IG: What was your impression of the Olympics in London?
JL: I think it was amazing to see all the competitors out there. It was a very strong Olympics especially when you saw the all-around finals and event finals. I was very happy to be there and I think I did a pretty good job overall. It was very impressive to see everyone out there competing.
IG: What was the proudest moment for you in London?
JL: I think for me it was just getting there, because I went through so much the past year with injuries and everything. Just making it to the Olympics and being there and finally putting a good performance all together because the whole year was up and down. And finishing with the strong vault that I did — a double-full Yurchenko that was like the best vault I've done in my career — I think it was just amazing.
IG: Tell us about the injuries you went through before London.
JL: At the world championships in Tokyo, during the all-around finals, my last event was bars and I did the layout Jaeger and I fell. When I fell I injured my elbow and then I kept going, but I think I ended up falling like three mores times [laughs] because my elbow was bothering me. Then after that I couldn't go to the Pan American Games and for a month I couldn't do bars or anything much because of my injury.
Four weeks prior to the test event I had a third-degree sprain on my ankle, so we weren't sure whether or not I was going to make it to the test event. But I pushed through and even though I had to water down all my routines just to make it through, I did and I qualified for the Olympics.
But because I had to push through, I ended up getting a hairline fracture in my ankle so I ended up dealing with that for a long time. By that time it was February and I didn't have time to take off so much because we had to get ready for the Olympics. I was finally getting better and then I kind of tweaked my ankle again in May. Then I had to go back and slow down a little and finally I was healthy enough to put on a good show in London!

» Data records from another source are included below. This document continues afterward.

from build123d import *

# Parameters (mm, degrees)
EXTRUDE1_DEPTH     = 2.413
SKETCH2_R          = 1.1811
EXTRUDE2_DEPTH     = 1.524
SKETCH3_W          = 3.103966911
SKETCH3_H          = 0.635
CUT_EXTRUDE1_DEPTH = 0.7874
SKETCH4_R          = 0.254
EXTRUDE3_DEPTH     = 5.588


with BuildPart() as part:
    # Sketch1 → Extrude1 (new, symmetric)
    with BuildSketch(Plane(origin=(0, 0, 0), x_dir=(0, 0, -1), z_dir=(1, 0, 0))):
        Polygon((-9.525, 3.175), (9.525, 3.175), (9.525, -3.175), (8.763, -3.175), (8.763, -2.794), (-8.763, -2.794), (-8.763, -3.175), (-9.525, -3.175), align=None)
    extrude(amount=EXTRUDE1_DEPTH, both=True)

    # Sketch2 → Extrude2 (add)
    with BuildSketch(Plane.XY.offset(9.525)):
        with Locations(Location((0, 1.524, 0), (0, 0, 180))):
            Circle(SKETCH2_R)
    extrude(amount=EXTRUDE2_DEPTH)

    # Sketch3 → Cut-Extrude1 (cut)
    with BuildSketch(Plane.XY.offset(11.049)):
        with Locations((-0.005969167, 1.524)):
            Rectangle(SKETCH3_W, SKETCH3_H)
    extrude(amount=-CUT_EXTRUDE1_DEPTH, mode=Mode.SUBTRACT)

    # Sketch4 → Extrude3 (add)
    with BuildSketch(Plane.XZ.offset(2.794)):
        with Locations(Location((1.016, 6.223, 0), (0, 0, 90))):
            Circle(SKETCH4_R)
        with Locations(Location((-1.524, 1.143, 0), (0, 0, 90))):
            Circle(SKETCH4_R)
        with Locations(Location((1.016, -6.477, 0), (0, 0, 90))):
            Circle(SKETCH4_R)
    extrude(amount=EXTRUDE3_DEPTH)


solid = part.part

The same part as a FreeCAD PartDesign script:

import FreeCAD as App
import Part
import Sketcher

V = App.Vector
Q = App.Units.Quantity


def add_polygon(sketch, points):
    """Adds a closed chain of lines whose ends are joined by coincident constraints."""
    first, n = sketch.GeometryCount, len(points)
    for a, b in zip(points, points[1:] + points[:1]):
        sketch.addGeometry(Part.LineSegment(App.Vector(*a, 0), App.Vector(*b, 0)), False)
    for i in range(n):
        sketch.addConstraint(Sketcher.Constraint("Coincident", first + i, 2, first + (i + 1) % n, 1))

doc = App.newDocument("Part")
body = doc.addObject("PartDesign::Body", "Body")

# Sketch on YZ plane
sketch1 = body.newObject("Sketcher::SketchObject", "Sketch")
sketch1.AttachmentSupport = (doc.getObject("YZ_Plane"), [""])
sketch1.MapMode = "FlatFace"
add_polygon(sketch1, [(3.17, -9.53), (3.17, 9.53), (-3.17, 9.53), (-3.17, 8.76), (-2.79, 8.76), (-2.79, -8.76), (-3.17, -8.76), (-3.17, -9.53)])  # lines 0-7
sketch1.addConstraint(Sketcher.Constraint("Vertical", 0))
sketch1.addConstraint(Sketcher.Constraint("Horizontal", 1))
sketch1.addConstraint(Sketcher.Constraint("Vertical", 2))
sketch1.addConstraint(Sketcher.Constraint("Horizontal", 3))
sketch1.addConstraint(Sketcher.Constraint("Vertical", 4))
sketch1.addConstraint(Sketcher.Constraint("Horizontal", 5))
sketch1.addConstraint(Sketcher.Constraint("Vertical", 6))
sketch1.addConstraint(Sketcher.Constraint("Horizontal", 7))
sketch1.addConstraint(Sketcher.Constraint("Symmetric", 0, 2, 6, 2, -1, 1))
sketch1.addConstraint(Sketcher.Constraint("Symmetric", 2, 2, 5, 2, -1))
sketch1.addConstraint(Sketcher.Constraint("DistanceX", 1, 2, 1, 1, Q("0.25 in")))
sketch1.addConstraint(Sketcher.Constraint("DistanceY", 0, 1, 0, 2, Q("0.75 in")))
sketch1.addConstraint(Sketcher.Constraint("DistanceY", 2, 2, 2, 1, Q("0.03 in")))
sketch1.addConstraint(Sketcher.Constraint("DistanceX", 3, 1, 3, 2, Q("0.015 in")))
pad1 = body.newObject("PartDesign::Pad", "Pad")
pad1.Profile = sketch1
pad1.Length = Q("0.19 in")
pad1.Midplane = True

# Sketch on XY plane
sketch2 = body.newObject("Sketcher::SketchObject", "Sketch001")
sketch2.AttachmentSupport = (doc.getObject("XY_Plane"), [""])
sketch2.MapMode = "FlatFace"
sketch2.AttachmentOffset = App.Placement(V(0, 0, 0.375 * 25.4), App.Rotation())
sketch2.addGeometry(Part.Circle(V(0, 1.5, 0), V(0, 0, 1), 1.2), False)
sketch2.addConstraint(Sketcher.Constraint("PointOnObject", 0, 3, -2))
sketch2.addConstraint(Sketcher.Constraint("Diameter", 0, Q("0.093 in")))
sketch2.addConstraint(Sketcher.Constraint("DistanceY", -1, 1, 0, 3, Q("0.06 in")))
pad2 = body.newObject("PartDesign::Pad", "Pad001")
pad2.Profile = sketch2
pad2.Length = Q("0.06 in")

# Sketch on XY plane
sketch3 = body.newObject("Sketcher::SketchObject", "Sketch002")
sketch3.AttachmentSupport = (doc.getObject("XY_Plane"), [""])
sketch3.MapMode = "FlatFace"
sketch3.AttachmentOffset = App.Placement(V(0, 0, 0.435 * 25.4), App.Rotation())
add_polygon(sketch3, [(-1.6, 1.8), (-1.6, 1.2), (1.5, 1.2), (1.5, 1.8)])  # lines 0-3
sketch3.addConstraint(Sketcher.Constraint("Vertical", 0))
sketch3.addConstraint(Sketcher.Constraint("Horizontal", 1))
sketch3.addConstraint(Sketcher.Constraint("Vertical", 2))
sketch3.addConstraint(Sketcher.Constraint("Horizontal", 3))
sketch3.addConstraint(Sketcher.Constraint("DistanceY", 0, 2, 0, 1, Q("0.025 in")))
sketch3.addConstraint(Sketcher.Constraint("DistanceY", -1, 1, 0, 2, Q("0.0475 in")))
sketch3.addConstraint(Sketcher.Constraint("DistanceX", 1, 1, 1, 2, Q("3.103967 mm")))
sketch3.addConstraint(Sketcher.Constraint("DistanceX", 0, 2, -1, 1, Q("1.557953 mm")))
pocket1 = body.newObject("PartDesign::Pocket", "Pocket")
pocket1.Profile = sketch3
pocket1.Length = Q("0.031 in")

# Sketch on XZ plane
sketch4 = body.newObject("Sketcher::SketchObject", "Sketch003")
sketch4.AttachmentSupport = (doc.getObject("XZ_Plane"), [""])
sketch4.MapMode = "FlatFace"
sketch4.AttachmentOffset = App.Placement(V(0, 0, 0.11 * 25.4), App.Rotation())
sketch4.addGeometry(Part.Circle(V(1.02, 6.22, 0), V(0, 0, 1), 0.25), False)
sketch4.addGeometry(Part.Circle(V(-1.52, 1.14, 0), V(0, 0, 1), 0.25), False)
sketch4.addGeometry(Part.Circle(V(1.02, -6.48, 0), V(0, 0, 1), 0.25), False)
sketch4.addConstraint(Sketcher.Constraint("Equal", 0, 1))
sketch4.addConstraint(Sketcher.Constraint("Equal", 1, 2))
sketch4.addConstraint(Sketcher.Constraint("Vertical", 0, 3, 2, 3))
sketch4.addConstraint(Sketcher.Constraint("Diameter", 0, Q("0.02 in")))
sketch4.addConstraint(Sketcher.Constraint("DistanceX", 1, 3, 0, 3, Q("0.1 in")))
sketch4.addConstraint(Sketcher.Constraint("DistanceY", 1, 3, 0, 3, Q("0.2 in")))
sketch4.addConstraint(Sketcher.Constraint("DistanceY", 2, 3, 1, 3, Q("0.3 in")))
sketch4.addConstraint(Sketcher.Constraint("DistanceX", -1, 1, 0, 3, Q("0.04 in")))
sketch4.addConstraint(Sketcher.Constraint("DistanceY", -1, 1, 0, 3, Q("0.245 in")))
pad3 = body.newObject("PartDesign::Pad", "Pad002")
pad3.Profile = sketch4
pad3.Length = Q("0.22 in")

doc.recompute()
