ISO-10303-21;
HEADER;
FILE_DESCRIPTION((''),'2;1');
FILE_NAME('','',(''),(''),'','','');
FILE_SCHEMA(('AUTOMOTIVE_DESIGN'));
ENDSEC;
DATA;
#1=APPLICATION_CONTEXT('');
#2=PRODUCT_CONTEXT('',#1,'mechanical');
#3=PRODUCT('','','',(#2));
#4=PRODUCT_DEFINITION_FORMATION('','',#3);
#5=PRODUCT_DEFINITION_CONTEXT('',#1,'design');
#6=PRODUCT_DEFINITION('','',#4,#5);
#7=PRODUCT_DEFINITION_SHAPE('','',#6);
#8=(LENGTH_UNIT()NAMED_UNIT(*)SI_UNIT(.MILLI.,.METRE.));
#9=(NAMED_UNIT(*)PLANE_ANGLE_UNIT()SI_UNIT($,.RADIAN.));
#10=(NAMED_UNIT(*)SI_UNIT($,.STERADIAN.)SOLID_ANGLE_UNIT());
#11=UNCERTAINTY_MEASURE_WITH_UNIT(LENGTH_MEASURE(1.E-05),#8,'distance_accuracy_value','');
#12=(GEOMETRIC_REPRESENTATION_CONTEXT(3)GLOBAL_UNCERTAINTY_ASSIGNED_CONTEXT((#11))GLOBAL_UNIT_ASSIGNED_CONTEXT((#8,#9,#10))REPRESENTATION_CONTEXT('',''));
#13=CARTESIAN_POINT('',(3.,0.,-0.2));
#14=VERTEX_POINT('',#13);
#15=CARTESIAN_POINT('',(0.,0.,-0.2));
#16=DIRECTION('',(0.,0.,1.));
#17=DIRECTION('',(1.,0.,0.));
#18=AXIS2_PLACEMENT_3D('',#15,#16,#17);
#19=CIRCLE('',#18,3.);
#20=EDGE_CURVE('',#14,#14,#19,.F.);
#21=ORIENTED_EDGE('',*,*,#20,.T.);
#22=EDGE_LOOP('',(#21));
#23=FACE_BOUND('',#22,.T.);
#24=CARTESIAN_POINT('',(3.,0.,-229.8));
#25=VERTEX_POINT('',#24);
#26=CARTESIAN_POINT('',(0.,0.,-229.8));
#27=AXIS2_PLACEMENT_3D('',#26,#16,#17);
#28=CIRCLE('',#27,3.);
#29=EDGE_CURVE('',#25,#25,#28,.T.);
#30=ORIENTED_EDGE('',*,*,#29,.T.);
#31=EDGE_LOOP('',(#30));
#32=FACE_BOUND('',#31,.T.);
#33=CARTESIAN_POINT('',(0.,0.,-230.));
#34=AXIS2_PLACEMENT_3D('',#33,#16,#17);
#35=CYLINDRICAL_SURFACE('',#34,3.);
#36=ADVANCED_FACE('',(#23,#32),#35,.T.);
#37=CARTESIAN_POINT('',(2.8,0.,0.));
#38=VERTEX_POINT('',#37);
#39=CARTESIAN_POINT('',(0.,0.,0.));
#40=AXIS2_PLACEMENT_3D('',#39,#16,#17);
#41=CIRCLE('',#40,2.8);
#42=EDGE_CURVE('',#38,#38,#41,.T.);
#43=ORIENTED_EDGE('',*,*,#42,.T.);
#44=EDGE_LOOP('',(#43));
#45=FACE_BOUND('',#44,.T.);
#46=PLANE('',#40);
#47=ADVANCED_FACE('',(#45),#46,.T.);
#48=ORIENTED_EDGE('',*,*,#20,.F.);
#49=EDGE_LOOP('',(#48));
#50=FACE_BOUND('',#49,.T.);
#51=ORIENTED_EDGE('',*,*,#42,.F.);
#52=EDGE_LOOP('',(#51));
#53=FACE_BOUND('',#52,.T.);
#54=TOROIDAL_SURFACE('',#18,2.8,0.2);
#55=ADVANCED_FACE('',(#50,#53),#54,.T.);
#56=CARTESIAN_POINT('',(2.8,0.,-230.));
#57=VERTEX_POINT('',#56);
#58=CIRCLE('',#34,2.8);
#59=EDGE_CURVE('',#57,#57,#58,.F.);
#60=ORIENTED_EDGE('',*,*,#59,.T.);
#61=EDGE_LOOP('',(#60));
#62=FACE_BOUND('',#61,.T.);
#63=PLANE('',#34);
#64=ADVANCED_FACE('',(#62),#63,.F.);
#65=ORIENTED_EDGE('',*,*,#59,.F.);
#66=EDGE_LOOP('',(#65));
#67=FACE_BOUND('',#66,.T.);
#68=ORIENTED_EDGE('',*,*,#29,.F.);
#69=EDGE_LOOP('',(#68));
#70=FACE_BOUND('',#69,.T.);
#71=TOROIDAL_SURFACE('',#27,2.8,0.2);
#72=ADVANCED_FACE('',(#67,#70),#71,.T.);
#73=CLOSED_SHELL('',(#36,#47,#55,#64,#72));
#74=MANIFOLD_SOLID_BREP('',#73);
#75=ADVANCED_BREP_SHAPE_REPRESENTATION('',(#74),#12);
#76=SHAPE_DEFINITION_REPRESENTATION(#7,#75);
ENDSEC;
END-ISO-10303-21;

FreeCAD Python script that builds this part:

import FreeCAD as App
import Part
import Sketcher
from FreeCAD import Vector


def edges_at(feature, points):
    """Names of the edges that pass closest to the given points."""
    edges = feature.Shape.Edges
    near = lambda p: min(range(len(edges)), key=lambda i: edges[i].distToShape(Part.Vertex(*p))[0])
    return sorted({f"Edge{near(p) + 1}" for p in points})

doc = App.newDocument("Part")
body = doc.addObject("PartDesign::Body", "Body")

# Sketch on XY plane
sketch1 = doc.addObject("Sketcher::SketchObject", "Sketch")
body.addObject(sketch1)
sketch1.AttachmentSupport = (doc.XY_Plane, [""])
sketch1.MapMode = "FlatFace"
sketch1.addGeometry(Part.Circle(Vector(0, 0, 0), Vector(0, 0, 1), 3), False)
sketch1.addConstraint(Sketcher.Constraint("Coincident", 0, 3, -1, 1))
sketch1.addConstraint(Sketcher.Constraint("Diameter", 0, 6.0))
pad1 = doc.addObject("PartDesign::Pad", "Pad")
body.addObject(pad1)
pad1.Profile = sketch1
pad1.Length = 230
pad1.Reversed = True
doc.recompute()

fillet = doc.addObject("PartDesign::Fillet", "Fillet")
body.addObject(fillet)
fillet.Base = (pad1, edges_at(pad1, [(-3, 0, 0), (-3, 0, -230)]))
fillet.Radius = 0.2

doc.recompute()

IG: What have you been doing since London?
JL: After London I took a month completely off gym, though I've been doing physical therapy and other treatments for my ankle and also my Achilles because I also have a small injury in my Achilles, chronic tendonitis. So we're trying to recover from all those injuries and get back into gymnastics shape.
IG: You're always very fit — is this natural for you? Were you blessed with good genes or do you have to work out a lot to stay so trim?
JL: Both. After London I took a month off but obviously you didn't see a change in my size because this size is natural for me, but at the same time when I get back into training it's different. I felt completely different, so of course I have to take care of it every day and I have to eat healthy and do the conditioning that everyone has to do to be fit.
IG: Do you feel pressure as the top female gymnast for Venezuela, to always have the best possible showing for your country?
JL: Not really. I do it for myself. It's pressure when it's competition time because you want to put the name of the country big and I want to represent my country the best I can at the same time. It's not like pressure but it is a responsibility to be the best.
IG: Do you receive a salary or stipend from the Venezuelan government, to help with training and travel expenses?
JL: They help me with everything they can, especially with the living costs because it can get very expensive here. So the government helps me with everything they can. The federation and the government divide the cost for competitions.
IG: How often do you go home to Venezuela? What does your family do?
Jessica López (Venezuela)
JL: I get to visit about two to three times per year. I have three older sisters. One of them is an oil engineer and now she's in the states learning the language. The other one is a computer engineer and works in Venezuela. The other one has two degrees but because of her husband's job, they live in Curaçao.
My father is retired and mom is a baker. She makes all kind of cakes for weddings and things like that.
IG: Do you have a favorite cake that your mom makes?
JL: When I go home, she'll just make me a plain cake because I like it when it's fresh from the oven. After that I won't eat any more but when it's fresh from the oven, it's so good!
IG: Do you get a lot of recognition from young Venezuelan gymnasts who look up to you?
JL: Sometimes they write me on Facebook, and their parents write me too. It's really nice.
IG: What is your plan right now? Are you thinking at all about the 2016 Olympics in Rio?
JL: Four more years is a long time from now so I'm going to do one year at a time and see how my body reacts and responds to training.
IG: Do you have a little extra motivation to compete in 2016, in the first Olympics in South America?
JL: It is exciting, especially also for my coach, who is Brazilian. I think that would mean a lot to him to get over there. But it's four years from now so I keep that in the back of my mind. Definitely that would be so special to be there and represent my country.
IG: Prior to your injuries, you competed so often, all over the globe. Do you just love to compete?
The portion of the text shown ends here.